Activity —
Which lines below fall between the one containing "#175=ORIENTED_EDGE('',*,*,#66,.T.);" and the one containing "#181=EDGE_LOOP('',(#175,#178,#179,#180));"? Repeat them exactly, counting both of those lines, and add nothing else.

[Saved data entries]
##########

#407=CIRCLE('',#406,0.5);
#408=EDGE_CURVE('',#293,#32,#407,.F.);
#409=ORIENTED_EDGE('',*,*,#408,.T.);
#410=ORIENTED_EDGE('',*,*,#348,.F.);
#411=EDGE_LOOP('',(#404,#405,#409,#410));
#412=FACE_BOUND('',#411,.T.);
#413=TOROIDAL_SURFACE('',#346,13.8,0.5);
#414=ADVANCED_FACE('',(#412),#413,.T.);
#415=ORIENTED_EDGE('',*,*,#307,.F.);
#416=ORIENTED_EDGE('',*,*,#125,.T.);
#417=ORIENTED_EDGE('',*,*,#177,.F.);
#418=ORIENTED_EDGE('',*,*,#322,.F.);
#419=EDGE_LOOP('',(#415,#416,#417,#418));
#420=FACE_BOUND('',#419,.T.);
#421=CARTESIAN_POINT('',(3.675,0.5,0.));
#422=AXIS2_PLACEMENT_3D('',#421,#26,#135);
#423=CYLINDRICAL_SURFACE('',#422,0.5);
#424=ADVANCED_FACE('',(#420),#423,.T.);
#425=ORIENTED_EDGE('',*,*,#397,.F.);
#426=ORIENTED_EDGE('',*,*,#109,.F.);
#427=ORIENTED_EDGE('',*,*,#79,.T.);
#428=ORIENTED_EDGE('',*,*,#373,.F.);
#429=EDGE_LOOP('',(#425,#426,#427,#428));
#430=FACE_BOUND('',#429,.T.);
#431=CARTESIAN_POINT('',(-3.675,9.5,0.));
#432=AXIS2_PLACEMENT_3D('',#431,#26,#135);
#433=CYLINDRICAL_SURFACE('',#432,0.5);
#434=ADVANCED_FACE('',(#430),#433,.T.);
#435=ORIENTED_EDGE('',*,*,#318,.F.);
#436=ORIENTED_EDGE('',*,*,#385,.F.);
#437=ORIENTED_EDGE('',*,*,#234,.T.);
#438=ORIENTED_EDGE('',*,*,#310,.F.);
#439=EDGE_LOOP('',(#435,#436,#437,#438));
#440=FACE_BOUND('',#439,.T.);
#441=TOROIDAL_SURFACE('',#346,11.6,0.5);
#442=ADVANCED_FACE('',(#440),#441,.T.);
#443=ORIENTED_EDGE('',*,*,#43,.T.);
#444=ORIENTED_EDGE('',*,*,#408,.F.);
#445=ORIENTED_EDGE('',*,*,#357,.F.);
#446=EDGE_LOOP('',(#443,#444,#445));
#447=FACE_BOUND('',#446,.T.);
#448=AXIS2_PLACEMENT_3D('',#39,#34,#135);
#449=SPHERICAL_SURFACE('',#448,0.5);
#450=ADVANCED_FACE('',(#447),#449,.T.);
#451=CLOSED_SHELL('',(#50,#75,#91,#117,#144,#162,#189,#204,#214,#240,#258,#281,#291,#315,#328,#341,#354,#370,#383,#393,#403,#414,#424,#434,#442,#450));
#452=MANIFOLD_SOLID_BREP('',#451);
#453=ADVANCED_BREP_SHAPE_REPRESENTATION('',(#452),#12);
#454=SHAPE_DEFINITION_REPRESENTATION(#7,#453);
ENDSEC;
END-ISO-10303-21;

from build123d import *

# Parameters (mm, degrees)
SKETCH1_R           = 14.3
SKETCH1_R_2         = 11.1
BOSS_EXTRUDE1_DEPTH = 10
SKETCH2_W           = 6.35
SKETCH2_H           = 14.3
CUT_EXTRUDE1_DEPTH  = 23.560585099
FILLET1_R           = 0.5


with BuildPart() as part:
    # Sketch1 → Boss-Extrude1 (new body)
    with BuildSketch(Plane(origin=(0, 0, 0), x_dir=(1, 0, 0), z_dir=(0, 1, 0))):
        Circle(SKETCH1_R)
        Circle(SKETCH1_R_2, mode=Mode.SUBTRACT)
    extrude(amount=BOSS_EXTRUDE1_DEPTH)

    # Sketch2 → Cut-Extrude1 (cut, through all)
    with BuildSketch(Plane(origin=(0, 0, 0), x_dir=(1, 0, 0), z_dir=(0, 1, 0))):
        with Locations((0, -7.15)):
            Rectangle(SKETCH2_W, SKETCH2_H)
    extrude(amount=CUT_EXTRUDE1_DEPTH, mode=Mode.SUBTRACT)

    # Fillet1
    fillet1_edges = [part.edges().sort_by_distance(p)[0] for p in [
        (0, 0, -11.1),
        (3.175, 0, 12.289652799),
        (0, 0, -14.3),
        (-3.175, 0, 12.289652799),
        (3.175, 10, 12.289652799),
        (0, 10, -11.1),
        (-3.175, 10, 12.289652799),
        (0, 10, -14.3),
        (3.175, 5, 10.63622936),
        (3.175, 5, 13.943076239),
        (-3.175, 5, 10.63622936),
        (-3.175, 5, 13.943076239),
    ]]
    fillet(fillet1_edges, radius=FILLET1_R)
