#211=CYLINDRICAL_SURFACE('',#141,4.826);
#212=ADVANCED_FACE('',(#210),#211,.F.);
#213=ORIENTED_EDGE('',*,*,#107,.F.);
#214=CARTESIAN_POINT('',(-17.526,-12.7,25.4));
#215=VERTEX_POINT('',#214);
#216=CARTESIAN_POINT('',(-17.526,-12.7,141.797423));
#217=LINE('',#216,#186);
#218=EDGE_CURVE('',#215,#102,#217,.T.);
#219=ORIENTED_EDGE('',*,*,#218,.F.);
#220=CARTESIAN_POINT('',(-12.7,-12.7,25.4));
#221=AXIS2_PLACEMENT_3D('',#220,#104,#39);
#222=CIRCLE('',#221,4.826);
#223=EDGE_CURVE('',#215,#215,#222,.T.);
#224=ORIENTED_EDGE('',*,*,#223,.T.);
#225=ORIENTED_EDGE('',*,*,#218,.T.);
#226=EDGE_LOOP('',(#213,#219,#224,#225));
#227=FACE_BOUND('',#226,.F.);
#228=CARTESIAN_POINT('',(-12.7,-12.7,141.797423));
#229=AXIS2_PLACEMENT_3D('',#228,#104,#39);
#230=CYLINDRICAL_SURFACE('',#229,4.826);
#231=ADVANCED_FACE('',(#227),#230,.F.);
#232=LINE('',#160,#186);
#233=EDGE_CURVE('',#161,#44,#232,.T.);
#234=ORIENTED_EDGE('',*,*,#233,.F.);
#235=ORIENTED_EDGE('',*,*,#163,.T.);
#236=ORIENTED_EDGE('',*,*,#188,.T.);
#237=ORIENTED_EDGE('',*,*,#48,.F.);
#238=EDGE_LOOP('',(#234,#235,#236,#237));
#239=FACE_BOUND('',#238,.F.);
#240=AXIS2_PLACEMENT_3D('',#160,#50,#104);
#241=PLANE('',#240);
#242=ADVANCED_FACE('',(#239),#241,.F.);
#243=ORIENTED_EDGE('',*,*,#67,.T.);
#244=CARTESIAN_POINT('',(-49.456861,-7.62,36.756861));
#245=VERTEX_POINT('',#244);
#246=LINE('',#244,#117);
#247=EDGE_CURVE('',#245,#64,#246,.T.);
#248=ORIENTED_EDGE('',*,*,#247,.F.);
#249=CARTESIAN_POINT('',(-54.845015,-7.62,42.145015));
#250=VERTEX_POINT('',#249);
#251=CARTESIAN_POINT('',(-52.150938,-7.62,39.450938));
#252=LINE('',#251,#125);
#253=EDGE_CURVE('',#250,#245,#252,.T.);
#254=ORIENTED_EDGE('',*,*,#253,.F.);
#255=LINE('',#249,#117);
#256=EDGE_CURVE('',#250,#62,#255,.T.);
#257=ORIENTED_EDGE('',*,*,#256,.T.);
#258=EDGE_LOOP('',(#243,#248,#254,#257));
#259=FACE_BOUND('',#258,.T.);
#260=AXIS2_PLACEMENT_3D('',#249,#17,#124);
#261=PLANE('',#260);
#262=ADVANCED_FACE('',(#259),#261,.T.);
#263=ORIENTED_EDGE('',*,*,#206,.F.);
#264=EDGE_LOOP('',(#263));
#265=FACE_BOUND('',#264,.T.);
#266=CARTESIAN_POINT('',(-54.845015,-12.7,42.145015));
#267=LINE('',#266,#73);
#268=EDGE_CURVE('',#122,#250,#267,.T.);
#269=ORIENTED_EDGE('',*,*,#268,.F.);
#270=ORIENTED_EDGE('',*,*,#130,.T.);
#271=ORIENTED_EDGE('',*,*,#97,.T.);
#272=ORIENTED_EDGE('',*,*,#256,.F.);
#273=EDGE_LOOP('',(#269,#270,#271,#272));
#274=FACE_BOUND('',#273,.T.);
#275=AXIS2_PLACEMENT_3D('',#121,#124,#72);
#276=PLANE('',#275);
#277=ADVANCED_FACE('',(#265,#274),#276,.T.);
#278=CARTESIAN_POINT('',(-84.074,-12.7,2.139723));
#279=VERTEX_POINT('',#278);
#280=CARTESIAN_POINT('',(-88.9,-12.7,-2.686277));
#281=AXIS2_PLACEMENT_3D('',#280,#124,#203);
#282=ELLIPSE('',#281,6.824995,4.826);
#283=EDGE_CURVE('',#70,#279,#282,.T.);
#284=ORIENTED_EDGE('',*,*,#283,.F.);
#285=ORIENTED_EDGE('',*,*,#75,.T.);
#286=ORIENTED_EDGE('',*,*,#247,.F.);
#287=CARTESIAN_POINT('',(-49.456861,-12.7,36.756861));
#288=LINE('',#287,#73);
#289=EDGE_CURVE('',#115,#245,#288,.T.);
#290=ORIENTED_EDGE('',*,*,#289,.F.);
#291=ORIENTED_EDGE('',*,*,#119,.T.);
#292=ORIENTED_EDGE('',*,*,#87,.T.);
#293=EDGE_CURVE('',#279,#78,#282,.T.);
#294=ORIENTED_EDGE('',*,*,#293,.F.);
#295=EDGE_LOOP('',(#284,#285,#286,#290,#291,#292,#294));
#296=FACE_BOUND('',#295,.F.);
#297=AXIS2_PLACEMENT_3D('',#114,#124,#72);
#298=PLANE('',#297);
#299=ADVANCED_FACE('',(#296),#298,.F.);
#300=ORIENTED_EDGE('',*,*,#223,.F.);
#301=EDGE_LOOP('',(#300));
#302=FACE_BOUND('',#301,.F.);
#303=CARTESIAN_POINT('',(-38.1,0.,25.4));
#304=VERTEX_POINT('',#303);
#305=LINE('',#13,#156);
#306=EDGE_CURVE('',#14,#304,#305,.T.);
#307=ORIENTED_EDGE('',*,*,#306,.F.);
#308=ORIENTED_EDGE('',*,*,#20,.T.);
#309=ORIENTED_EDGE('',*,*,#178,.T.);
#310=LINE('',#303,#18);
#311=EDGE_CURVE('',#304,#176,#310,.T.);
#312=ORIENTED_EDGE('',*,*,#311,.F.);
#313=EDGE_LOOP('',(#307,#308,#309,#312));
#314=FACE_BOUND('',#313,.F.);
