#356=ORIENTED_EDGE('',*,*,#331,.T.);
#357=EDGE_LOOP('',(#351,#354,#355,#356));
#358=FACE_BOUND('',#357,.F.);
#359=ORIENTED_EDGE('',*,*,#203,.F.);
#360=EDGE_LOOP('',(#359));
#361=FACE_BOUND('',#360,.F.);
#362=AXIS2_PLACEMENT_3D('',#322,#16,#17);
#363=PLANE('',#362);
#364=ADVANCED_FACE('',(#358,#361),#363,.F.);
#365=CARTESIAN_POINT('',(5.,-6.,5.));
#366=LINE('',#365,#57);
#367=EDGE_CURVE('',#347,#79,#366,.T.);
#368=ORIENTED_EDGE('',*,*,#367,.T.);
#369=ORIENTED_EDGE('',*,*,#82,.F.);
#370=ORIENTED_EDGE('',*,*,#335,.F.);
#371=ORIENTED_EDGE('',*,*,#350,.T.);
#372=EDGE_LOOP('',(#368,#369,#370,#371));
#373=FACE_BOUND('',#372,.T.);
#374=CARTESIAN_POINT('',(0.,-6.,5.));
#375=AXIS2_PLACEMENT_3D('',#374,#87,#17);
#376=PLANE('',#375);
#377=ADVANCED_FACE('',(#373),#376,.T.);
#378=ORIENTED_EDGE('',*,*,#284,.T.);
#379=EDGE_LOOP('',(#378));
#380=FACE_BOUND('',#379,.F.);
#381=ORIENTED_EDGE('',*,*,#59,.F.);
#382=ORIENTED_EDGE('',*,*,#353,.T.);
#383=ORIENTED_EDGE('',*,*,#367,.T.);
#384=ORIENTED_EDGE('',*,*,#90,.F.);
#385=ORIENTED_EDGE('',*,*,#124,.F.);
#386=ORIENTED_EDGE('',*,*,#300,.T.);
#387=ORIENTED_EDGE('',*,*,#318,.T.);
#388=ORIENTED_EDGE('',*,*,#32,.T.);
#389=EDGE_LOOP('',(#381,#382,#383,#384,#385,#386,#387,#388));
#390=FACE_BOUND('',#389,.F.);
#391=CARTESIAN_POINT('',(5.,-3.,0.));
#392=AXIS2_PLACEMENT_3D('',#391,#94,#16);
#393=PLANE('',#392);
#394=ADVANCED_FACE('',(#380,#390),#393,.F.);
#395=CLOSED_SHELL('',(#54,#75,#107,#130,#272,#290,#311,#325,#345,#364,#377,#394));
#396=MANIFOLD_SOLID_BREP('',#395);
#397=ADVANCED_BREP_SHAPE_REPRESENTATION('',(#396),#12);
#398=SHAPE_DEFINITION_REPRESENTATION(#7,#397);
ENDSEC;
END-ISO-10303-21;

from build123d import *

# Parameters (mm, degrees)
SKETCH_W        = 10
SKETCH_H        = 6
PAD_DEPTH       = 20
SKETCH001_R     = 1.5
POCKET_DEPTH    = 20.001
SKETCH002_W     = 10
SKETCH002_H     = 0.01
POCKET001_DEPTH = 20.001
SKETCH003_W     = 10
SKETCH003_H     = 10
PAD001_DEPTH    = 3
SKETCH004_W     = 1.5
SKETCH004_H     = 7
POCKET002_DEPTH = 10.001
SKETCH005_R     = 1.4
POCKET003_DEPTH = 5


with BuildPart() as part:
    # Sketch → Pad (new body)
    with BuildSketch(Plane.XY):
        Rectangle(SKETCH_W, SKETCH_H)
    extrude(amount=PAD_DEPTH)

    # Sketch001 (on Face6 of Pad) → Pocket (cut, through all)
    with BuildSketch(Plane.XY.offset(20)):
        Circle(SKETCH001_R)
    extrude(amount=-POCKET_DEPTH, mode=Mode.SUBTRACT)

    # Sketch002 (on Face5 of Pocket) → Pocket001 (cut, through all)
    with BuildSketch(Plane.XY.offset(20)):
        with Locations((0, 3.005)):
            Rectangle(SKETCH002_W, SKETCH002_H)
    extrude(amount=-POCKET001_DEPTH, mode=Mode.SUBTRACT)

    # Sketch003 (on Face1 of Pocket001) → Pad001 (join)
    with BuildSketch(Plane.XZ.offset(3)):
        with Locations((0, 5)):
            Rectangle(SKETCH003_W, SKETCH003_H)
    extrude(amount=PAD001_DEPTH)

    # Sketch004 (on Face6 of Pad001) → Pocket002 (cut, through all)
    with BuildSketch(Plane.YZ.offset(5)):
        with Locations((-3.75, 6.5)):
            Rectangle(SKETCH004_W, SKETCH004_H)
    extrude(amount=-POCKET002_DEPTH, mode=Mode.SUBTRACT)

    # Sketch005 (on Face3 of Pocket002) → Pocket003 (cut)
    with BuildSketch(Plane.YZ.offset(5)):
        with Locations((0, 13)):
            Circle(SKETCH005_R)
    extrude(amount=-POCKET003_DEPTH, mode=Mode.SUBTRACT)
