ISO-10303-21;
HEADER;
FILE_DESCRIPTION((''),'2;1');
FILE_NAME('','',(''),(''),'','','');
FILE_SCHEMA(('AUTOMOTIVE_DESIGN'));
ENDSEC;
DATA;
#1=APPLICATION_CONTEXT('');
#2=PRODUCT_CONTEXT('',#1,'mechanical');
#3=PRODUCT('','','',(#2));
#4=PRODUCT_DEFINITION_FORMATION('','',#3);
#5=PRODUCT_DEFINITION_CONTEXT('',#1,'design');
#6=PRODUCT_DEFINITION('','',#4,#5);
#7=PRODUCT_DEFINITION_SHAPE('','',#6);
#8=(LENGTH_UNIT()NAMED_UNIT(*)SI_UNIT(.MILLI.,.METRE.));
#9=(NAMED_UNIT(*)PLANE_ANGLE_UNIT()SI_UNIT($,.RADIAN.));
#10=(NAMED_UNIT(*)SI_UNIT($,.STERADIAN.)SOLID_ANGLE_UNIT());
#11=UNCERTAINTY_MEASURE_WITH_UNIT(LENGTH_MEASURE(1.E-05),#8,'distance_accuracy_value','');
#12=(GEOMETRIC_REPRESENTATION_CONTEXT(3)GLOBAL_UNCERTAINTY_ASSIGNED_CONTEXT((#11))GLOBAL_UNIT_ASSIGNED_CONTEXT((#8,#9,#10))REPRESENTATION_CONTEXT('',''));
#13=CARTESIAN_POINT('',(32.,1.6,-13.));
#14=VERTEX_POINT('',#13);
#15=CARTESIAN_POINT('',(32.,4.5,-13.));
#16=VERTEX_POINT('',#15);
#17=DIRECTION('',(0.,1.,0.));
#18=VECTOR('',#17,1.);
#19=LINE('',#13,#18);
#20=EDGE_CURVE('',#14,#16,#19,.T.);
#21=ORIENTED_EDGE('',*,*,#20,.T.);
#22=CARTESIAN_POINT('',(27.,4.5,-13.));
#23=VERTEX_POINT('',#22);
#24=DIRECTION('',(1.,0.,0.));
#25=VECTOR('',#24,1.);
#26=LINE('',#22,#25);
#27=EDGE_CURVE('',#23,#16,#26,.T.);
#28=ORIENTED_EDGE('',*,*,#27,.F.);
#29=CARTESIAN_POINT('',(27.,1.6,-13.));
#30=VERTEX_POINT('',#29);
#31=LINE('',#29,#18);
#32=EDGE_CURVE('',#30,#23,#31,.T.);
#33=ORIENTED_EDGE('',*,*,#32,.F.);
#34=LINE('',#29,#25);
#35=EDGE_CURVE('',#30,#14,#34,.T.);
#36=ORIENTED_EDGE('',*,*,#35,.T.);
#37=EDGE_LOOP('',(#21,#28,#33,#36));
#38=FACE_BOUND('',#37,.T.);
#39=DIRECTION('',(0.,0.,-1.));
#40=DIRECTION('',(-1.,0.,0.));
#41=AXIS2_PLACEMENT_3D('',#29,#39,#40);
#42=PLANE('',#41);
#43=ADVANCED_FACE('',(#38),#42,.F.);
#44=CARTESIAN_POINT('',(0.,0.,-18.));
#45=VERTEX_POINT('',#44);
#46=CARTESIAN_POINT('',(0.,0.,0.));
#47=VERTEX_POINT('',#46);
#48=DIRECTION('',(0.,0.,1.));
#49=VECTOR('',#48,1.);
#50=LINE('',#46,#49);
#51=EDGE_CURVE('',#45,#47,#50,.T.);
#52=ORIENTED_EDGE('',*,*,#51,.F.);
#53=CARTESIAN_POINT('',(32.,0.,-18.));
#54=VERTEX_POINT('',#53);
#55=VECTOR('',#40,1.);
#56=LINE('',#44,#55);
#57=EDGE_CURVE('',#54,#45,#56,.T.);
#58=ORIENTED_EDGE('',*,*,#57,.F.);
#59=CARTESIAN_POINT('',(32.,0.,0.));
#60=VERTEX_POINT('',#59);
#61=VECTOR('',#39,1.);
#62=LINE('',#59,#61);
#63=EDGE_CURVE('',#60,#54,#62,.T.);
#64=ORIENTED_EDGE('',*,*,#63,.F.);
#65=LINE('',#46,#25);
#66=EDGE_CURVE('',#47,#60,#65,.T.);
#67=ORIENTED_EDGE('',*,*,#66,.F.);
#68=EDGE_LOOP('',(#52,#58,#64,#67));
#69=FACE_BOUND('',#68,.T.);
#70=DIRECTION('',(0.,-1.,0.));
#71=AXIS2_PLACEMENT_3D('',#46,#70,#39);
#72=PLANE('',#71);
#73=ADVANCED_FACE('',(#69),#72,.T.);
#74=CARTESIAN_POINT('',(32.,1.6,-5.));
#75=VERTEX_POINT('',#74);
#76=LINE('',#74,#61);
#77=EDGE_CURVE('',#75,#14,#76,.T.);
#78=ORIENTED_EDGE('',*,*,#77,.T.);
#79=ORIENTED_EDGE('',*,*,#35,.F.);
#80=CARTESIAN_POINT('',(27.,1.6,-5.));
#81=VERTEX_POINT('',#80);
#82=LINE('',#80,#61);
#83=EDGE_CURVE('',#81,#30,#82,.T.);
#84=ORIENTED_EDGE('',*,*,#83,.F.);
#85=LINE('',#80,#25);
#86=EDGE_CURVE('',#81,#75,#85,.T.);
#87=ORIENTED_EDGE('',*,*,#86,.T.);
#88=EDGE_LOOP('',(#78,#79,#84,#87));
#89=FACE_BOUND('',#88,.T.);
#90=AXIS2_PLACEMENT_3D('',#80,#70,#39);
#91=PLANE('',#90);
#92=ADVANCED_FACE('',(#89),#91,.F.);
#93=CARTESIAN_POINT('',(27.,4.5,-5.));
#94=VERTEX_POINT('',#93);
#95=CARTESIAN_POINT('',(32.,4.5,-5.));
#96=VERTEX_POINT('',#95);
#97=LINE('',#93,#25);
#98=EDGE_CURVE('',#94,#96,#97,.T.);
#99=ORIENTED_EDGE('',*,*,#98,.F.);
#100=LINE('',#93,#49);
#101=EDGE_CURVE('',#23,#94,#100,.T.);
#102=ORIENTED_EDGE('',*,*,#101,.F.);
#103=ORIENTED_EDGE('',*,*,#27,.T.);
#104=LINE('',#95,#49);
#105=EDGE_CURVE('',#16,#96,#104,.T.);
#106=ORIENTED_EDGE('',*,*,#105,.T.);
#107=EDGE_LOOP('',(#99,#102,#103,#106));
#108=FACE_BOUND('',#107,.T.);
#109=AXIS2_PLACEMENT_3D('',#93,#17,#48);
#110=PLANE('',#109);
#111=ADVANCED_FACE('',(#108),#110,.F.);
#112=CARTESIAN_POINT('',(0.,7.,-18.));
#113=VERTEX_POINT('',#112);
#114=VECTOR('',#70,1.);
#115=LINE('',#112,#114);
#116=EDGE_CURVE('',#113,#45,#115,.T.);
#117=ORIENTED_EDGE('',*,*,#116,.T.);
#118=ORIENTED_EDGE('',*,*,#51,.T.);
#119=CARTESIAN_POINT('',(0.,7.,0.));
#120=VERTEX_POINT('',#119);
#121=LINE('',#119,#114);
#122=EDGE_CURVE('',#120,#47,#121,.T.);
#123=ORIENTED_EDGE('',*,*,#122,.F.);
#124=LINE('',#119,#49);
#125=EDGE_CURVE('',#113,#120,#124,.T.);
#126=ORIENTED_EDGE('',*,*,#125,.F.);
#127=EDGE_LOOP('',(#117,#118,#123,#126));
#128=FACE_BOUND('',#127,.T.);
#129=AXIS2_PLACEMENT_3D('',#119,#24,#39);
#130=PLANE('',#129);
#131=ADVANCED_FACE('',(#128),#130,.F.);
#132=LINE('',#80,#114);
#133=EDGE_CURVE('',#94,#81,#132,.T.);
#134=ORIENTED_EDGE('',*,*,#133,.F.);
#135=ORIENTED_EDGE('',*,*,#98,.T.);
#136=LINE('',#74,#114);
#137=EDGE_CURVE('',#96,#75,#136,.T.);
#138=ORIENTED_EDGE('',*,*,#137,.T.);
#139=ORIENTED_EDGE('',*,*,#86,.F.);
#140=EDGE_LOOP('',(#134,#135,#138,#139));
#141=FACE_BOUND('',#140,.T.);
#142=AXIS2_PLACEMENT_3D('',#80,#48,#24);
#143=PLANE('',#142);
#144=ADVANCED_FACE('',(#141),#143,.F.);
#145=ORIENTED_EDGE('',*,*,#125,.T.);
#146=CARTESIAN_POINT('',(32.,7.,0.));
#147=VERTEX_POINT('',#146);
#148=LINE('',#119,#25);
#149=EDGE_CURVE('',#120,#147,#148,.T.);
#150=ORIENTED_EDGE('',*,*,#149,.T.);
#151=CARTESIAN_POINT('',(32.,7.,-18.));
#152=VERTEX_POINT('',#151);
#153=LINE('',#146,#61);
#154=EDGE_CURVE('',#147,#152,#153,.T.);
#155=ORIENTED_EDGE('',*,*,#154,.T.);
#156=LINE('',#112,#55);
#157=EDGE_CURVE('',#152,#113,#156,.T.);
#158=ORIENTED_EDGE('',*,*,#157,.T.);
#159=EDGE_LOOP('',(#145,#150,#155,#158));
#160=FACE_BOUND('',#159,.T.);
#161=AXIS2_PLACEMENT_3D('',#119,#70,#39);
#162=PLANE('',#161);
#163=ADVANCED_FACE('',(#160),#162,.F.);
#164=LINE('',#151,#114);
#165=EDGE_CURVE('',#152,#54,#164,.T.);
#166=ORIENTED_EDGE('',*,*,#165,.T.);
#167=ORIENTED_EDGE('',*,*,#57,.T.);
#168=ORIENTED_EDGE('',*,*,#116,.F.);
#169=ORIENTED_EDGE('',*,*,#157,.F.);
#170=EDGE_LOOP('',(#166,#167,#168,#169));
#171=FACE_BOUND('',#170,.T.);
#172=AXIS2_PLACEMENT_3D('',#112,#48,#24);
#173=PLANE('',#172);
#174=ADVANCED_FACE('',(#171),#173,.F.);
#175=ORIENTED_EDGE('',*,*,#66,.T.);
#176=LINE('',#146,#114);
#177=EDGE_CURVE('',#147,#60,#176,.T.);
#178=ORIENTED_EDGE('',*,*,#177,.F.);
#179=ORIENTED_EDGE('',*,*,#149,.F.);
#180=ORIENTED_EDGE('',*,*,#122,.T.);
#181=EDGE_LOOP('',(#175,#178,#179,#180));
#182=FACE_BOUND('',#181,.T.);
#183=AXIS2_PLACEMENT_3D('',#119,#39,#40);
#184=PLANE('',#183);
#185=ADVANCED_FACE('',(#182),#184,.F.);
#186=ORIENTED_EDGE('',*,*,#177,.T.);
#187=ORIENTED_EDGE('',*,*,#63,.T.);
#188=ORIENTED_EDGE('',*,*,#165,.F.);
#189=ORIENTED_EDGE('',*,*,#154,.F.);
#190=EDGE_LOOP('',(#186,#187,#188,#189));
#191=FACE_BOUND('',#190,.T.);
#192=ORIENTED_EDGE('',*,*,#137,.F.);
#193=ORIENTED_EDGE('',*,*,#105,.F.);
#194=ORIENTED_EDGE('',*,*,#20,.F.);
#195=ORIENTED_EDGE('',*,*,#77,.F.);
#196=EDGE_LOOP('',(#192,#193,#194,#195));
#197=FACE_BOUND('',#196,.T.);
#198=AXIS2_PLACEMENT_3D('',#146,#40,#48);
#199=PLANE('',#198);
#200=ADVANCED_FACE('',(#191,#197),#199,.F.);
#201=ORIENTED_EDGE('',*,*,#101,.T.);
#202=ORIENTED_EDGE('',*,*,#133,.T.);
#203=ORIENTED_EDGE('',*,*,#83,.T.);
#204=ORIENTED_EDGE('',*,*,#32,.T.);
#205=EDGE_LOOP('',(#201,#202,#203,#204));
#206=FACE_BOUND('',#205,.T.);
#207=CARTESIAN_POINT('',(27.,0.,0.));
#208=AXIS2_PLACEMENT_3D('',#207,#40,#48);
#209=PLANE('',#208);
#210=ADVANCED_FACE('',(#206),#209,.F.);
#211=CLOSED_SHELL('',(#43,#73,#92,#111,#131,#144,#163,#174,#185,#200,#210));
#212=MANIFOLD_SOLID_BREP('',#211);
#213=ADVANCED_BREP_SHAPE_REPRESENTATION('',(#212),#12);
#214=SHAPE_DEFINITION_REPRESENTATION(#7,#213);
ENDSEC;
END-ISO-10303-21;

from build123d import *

# Parameters (mm, degrees)
SKETCH1_W           = 32
SKETCH1_H           = 18
BOSS_EXTRUDE1_DEPTH = 7
SKETCH2_W           = 8
SKETCH2_H           = 2.9
CUT_EXTRUDE1_DEPTH  = 5


with BuildPart() as part:
    # Sketch1 → Boss-Extrude1 (new body)
    with BuildSketch(Plane(origin=(0, 0, 0), x_dir=(1, 0, 0), z_dir=(0, 1, 0))):
        with Locations((16, 9)):
            Rectangle(SKETCH1_W, SKETCH1_H)
    extrude(amount=BOSS_EXTRUDE1_DEPTH)

    # Sketch2 → Cut-Extrude1 (cut)
    with BuildSketch(Plane(origin=(32, 0, 0), x_dir=(0, 0, -1), z_dir=(1, 0, 0))):
        with Locations((9, 3.05)):
            Rectangle(SKETCH2_W, SKETCH2_H)
    extrude(amount=-CUT_EXTRUDE1_DEPTH, mode=Mode.SUBTRACT)


solid = part.part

##########

Answer box —
#175=ORIENTED_EDGE('',*,*,#66,.T.);
#176=LINE('',#146,#114);
#177=EDGE_CURVE('',#147,#60,#176,.T.);
#178=ORIENTED_EDGE('',*,*,#177,.F.);
#179=ORIENTED_EDGE('',*,*,#149,.F.);
#180=ORIENTED_EDGE('',*,*,#122,.T.);
#181=EDGE_LOOP('',(#175,#178,#179,#180));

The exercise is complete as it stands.